[[ Source data open ]]
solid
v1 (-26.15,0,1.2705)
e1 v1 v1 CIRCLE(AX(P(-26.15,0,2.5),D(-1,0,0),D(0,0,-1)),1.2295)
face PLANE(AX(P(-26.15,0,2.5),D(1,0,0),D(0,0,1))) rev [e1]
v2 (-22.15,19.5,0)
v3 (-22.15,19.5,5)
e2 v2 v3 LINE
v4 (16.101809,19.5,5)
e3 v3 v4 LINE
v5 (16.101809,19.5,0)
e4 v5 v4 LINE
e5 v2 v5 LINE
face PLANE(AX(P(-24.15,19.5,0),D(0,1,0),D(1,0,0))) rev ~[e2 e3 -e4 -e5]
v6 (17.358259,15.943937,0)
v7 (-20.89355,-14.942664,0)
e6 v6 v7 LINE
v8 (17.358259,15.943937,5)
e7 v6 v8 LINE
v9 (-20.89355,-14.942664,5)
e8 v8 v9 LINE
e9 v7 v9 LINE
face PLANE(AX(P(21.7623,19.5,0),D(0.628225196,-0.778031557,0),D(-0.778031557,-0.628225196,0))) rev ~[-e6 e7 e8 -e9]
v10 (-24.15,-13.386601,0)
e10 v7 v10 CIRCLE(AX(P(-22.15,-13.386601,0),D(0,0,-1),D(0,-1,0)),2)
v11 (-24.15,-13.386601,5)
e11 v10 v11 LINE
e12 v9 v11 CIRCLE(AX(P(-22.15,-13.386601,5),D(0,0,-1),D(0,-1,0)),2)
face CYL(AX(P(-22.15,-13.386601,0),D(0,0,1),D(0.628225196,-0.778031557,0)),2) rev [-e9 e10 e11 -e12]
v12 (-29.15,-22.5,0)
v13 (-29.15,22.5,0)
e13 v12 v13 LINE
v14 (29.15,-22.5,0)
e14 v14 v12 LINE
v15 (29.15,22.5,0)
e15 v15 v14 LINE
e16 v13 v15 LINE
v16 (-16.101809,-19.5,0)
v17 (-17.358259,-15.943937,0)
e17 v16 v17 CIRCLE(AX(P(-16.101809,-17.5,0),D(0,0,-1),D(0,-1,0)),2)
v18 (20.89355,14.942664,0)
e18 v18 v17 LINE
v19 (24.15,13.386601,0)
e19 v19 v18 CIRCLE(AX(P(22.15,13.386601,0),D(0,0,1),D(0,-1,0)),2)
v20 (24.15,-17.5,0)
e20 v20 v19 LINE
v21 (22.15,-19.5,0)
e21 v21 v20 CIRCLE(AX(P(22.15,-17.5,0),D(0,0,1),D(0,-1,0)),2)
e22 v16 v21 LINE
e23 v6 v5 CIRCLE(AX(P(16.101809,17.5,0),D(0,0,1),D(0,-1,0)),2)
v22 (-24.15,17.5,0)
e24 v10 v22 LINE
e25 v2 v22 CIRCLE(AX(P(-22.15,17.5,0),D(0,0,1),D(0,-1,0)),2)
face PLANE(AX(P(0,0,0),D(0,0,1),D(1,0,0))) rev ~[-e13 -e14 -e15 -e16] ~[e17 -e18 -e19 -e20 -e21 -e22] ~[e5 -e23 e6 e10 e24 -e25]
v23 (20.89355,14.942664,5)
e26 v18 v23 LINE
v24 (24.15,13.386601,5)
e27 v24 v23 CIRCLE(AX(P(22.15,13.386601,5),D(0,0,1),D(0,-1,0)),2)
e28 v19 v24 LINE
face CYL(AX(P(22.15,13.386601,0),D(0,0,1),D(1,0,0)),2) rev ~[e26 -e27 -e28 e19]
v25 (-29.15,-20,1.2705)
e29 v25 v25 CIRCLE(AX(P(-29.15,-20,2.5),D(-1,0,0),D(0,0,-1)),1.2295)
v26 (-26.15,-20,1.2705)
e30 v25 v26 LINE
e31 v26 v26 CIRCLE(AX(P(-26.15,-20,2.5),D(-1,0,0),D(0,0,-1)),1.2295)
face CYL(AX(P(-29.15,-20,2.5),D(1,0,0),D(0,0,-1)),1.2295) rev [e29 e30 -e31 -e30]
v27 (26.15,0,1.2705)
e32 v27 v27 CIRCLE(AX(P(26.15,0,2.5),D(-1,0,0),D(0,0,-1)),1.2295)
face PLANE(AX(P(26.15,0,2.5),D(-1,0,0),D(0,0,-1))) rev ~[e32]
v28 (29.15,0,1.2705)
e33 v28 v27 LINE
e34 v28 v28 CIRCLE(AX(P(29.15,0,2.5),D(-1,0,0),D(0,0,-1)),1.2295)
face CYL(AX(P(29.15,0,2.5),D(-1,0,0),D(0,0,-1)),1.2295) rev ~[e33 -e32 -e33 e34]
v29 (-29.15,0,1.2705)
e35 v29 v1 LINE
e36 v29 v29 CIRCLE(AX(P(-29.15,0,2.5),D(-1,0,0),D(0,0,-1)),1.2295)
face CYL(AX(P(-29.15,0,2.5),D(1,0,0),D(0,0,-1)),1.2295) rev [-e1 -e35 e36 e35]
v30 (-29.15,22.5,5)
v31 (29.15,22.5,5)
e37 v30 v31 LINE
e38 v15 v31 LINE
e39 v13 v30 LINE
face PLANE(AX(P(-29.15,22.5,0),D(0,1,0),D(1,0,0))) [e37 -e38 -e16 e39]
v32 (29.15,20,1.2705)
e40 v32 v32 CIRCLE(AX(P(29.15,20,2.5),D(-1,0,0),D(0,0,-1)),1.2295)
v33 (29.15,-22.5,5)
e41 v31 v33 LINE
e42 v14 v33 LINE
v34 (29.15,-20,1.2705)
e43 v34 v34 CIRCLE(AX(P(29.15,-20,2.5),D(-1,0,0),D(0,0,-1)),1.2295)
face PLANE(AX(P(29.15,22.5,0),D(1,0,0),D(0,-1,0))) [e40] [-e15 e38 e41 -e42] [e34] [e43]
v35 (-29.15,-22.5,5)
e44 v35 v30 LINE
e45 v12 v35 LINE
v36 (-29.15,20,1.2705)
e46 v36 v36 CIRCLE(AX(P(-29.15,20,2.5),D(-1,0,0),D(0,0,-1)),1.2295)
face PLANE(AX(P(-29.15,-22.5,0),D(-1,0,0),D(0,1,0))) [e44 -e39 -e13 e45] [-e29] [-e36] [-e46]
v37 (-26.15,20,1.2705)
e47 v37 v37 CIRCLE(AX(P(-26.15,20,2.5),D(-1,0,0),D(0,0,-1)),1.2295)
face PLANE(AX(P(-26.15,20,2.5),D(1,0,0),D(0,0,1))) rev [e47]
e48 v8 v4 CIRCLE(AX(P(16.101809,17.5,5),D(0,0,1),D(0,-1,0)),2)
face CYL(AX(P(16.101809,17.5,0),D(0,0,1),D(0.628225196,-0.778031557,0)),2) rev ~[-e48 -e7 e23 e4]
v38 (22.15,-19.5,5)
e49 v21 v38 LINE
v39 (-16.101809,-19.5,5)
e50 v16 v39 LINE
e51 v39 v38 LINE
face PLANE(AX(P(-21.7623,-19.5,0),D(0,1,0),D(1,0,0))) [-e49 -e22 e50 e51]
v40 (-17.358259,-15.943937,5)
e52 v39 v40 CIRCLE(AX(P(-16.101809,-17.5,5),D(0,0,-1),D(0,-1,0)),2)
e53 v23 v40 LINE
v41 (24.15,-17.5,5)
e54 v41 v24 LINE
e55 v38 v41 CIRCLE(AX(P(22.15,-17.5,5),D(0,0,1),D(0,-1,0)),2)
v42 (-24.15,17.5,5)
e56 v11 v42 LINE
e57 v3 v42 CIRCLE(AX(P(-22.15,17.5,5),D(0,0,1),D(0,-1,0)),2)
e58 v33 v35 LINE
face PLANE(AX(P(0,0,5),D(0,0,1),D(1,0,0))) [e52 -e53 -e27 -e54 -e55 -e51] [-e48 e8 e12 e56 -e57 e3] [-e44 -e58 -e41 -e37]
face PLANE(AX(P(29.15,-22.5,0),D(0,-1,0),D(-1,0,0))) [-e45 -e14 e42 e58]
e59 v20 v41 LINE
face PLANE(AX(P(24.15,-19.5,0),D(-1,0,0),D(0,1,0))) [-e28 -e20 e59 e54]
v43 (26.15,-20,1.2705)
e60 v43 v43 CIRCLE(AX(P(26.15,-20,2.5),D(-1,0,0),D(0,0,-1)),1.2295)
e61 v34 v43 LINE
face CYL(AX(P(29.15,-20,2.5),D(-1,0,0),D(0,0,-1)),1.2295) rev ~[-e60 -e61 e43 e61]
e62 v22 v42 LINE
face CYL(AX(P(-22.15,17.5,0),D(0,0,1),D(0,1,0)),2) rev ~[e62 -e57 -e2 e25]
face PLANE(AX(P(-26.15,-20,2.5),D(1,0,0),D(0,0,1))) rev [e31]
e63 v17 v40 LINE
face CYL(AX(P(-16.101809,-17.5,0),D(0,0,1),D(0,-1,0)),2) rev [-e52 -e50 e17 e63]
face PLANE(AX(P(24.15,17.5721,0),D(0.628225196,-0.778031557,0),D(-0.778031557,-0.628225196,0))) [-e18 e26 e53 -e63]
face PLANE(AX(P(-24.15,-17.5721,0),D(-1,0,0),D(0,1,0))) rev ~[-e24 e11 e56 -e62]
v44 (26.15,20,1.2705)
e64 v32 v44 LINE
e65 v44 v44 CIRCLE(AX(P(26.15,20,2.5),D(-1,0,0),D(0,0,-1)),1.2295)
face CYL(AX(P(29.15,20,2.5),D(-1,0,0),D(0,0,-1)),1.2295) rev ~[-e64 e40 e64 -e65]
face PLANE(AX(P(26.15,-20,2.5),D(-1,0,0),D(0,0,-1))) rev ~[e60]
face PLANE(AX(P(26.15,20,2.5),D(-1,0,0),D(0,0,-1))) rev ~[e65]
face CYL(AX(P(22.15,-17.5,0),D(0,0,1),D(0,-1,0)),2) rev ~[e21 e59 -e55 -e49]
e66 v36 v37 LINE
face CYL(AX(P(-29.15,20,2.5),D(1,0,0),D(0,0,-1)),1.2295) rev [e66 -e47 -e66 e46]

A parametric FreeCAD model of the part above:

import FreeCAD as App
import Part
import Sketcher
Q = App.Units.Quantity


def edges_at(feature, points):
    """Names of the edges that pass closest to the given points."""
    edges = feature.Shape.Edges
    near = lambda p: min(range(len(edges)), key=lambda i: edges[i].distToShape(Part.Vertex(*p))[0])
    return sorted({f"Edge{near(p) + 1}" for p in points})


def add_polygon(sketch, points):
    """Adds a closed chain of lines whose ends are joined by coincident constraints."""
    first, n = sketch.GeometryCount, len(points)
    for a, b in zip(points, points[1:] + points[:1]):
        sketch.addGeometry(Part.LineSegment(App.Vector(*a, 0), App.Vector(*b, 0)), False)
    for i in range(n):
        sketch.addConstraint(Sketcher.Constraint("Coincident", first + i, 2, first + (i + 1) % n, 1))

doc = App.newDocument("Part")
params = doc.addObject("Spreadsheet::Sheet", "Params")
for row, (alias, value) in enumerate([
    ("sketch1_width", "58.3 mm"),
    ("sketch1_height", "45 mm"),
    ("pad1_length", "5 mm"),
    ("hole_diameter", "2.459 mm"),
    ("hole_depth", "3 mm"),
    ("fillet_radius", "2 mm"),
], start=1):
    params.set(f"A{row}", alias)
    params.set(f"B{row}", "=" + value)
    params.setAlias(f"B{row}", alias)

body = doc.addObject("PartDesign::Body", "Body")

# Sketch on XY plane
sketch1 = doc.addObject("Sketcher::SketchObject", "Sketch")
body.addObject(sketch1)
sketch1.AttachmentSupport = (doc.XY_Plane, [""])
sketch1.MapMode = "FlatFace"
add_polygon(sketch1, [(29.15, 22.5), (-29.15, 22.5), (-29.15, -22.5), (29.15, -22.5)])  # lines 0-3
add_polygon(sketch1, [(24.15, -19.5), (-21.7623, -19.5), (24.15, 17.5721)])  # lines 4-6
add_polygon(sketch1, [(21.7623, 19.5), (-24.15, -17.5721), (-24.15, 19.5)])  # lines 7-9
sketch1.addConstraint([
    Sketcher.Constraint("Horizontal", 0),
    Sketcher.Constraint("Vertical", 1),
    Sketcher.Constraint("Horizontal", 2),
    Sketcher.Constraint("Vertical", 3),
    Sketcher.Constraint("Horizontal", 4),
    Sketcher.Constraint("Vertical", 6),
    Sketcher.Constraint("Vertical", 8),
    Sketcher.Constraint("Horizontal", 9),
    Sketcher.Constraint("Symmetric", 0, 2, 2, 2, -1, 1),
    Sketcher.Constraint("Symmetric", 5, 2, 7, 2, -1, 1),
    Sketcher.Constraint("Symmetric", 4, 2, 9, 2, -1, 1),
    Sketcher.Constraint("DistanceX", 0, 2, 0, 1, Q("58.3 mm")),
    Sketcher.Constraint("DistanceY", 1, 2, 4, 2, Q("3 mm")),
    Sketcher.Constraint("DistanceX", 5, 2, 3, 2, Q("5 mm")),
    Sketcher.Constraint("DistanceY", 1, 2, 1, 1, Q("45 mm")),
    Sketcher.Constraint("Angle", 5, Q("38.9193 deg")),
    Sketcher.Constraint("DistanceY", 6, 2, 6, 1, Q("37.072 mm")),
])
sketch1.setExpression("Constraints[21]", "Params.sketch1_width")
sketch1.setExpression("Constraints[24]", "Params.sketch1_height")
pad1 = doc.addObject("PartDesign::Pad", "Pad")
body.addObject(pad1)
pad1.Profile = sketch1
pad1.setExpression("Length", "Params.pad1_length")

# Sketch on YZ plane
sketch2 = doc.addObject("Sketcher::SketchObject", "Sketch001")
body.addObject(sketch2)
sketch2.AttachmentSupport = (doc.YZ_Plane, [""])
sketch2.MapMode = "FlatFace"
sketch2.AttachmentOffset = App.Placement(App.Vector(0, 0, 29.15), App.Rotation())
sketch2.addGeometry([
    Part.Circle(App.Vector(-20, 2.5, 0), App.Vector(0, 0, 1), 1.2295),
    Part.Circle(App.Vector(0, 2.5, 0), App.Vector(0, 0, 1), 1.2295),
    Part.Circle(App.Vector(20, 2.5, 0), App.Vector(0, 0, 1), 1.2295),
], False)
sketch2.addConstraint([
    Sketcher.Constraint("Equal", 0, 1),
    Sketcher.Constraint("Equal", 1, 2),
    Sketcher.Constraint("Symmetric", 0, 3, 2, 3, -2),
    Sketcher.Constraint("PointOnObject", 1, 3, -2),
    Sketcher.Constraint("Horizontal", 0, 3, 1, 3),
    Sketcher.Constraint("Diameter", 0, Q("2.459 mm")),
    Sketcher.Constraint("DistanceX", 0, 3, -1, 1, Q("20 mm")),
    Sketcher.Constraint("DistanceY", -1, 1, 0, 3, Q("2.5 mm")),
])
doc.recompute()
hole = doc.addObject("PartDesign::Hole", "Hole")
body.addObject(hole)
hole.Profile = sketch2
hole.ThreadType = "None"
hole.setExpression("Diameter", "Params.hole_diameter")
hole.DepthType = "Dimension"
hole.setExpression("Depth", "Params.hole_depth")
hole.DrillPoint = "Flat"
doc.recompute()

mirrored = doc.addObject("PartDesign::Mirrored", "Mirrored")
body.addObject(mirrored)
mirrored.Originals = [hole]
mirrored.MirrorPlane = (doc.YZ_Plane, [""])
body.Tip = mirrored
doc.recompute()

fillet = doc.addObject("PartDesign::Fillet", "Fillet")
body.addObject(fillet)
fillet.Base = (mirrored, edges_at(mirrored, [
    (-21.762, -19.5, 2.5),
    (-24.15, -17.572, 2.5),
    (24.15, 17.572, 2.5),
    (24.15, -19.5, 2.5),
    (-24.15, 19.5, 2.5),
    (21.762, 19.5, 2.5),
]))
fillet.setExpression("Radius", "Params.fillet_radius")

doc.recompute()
[[ Source data closed ]]
Description of the task:
Of all the entries above, retype exactly the lines from the line with "e31 v26 v26" to the line with "e37 v30 v31 LINE", both included, and no others.

The answer:
e31 v26 v26 CIRCLE(AX(P(-26.15,-20,2.5),D(-1,0,0),D(0,0,-1)),1.2295)
face CYL(AX(P(-29.15,-20,2.5),D(1,0,0),D(0,0,-1)),1.2295) rev [e29 e30 -e31 -e30]
v27 (26.15,0,1.2705)
e32 v27 v27 CIRCLE(AX(P(26.15,0,2.5),D(-1,0,0),D(0,0,-1)),1.2295)
face PLANE(AX(P(26.15,0,2.5),D(-1,0,0),D(0,0,-1))) rev ~[e32]
v28 (29.15,0,1.2705)
e33 v28 v27 LINE
e34 v28 v28 CIRCLE(AX(P(29.15,0,2.5),D(-1,0,0),D(0,0,-1)),1.2295)
face CYL(AX(P(29.15,0,2.5),D(-1,0,0),D(0,0,-1)),1.2295) rev ~[e33 -e32 -e33 e34]
v29 (-29.15,0,1.2705)
e35 v29 v1 LINE
e36 v29 v29 CIRCLE(AX(P(-29.15,0,2.5),D(-1,0,0),D(0,0,-1)),1.2295)
face CYL(AX(P(-29.15,0,2.5),D(1,0,0),D(0,0,-1)),1.2295) rev [-e1 -e35 e36 e35]
v30 (-29.15,22.5,5)
v31 (29.15,22.5,5)
e37 v30 v31 LINE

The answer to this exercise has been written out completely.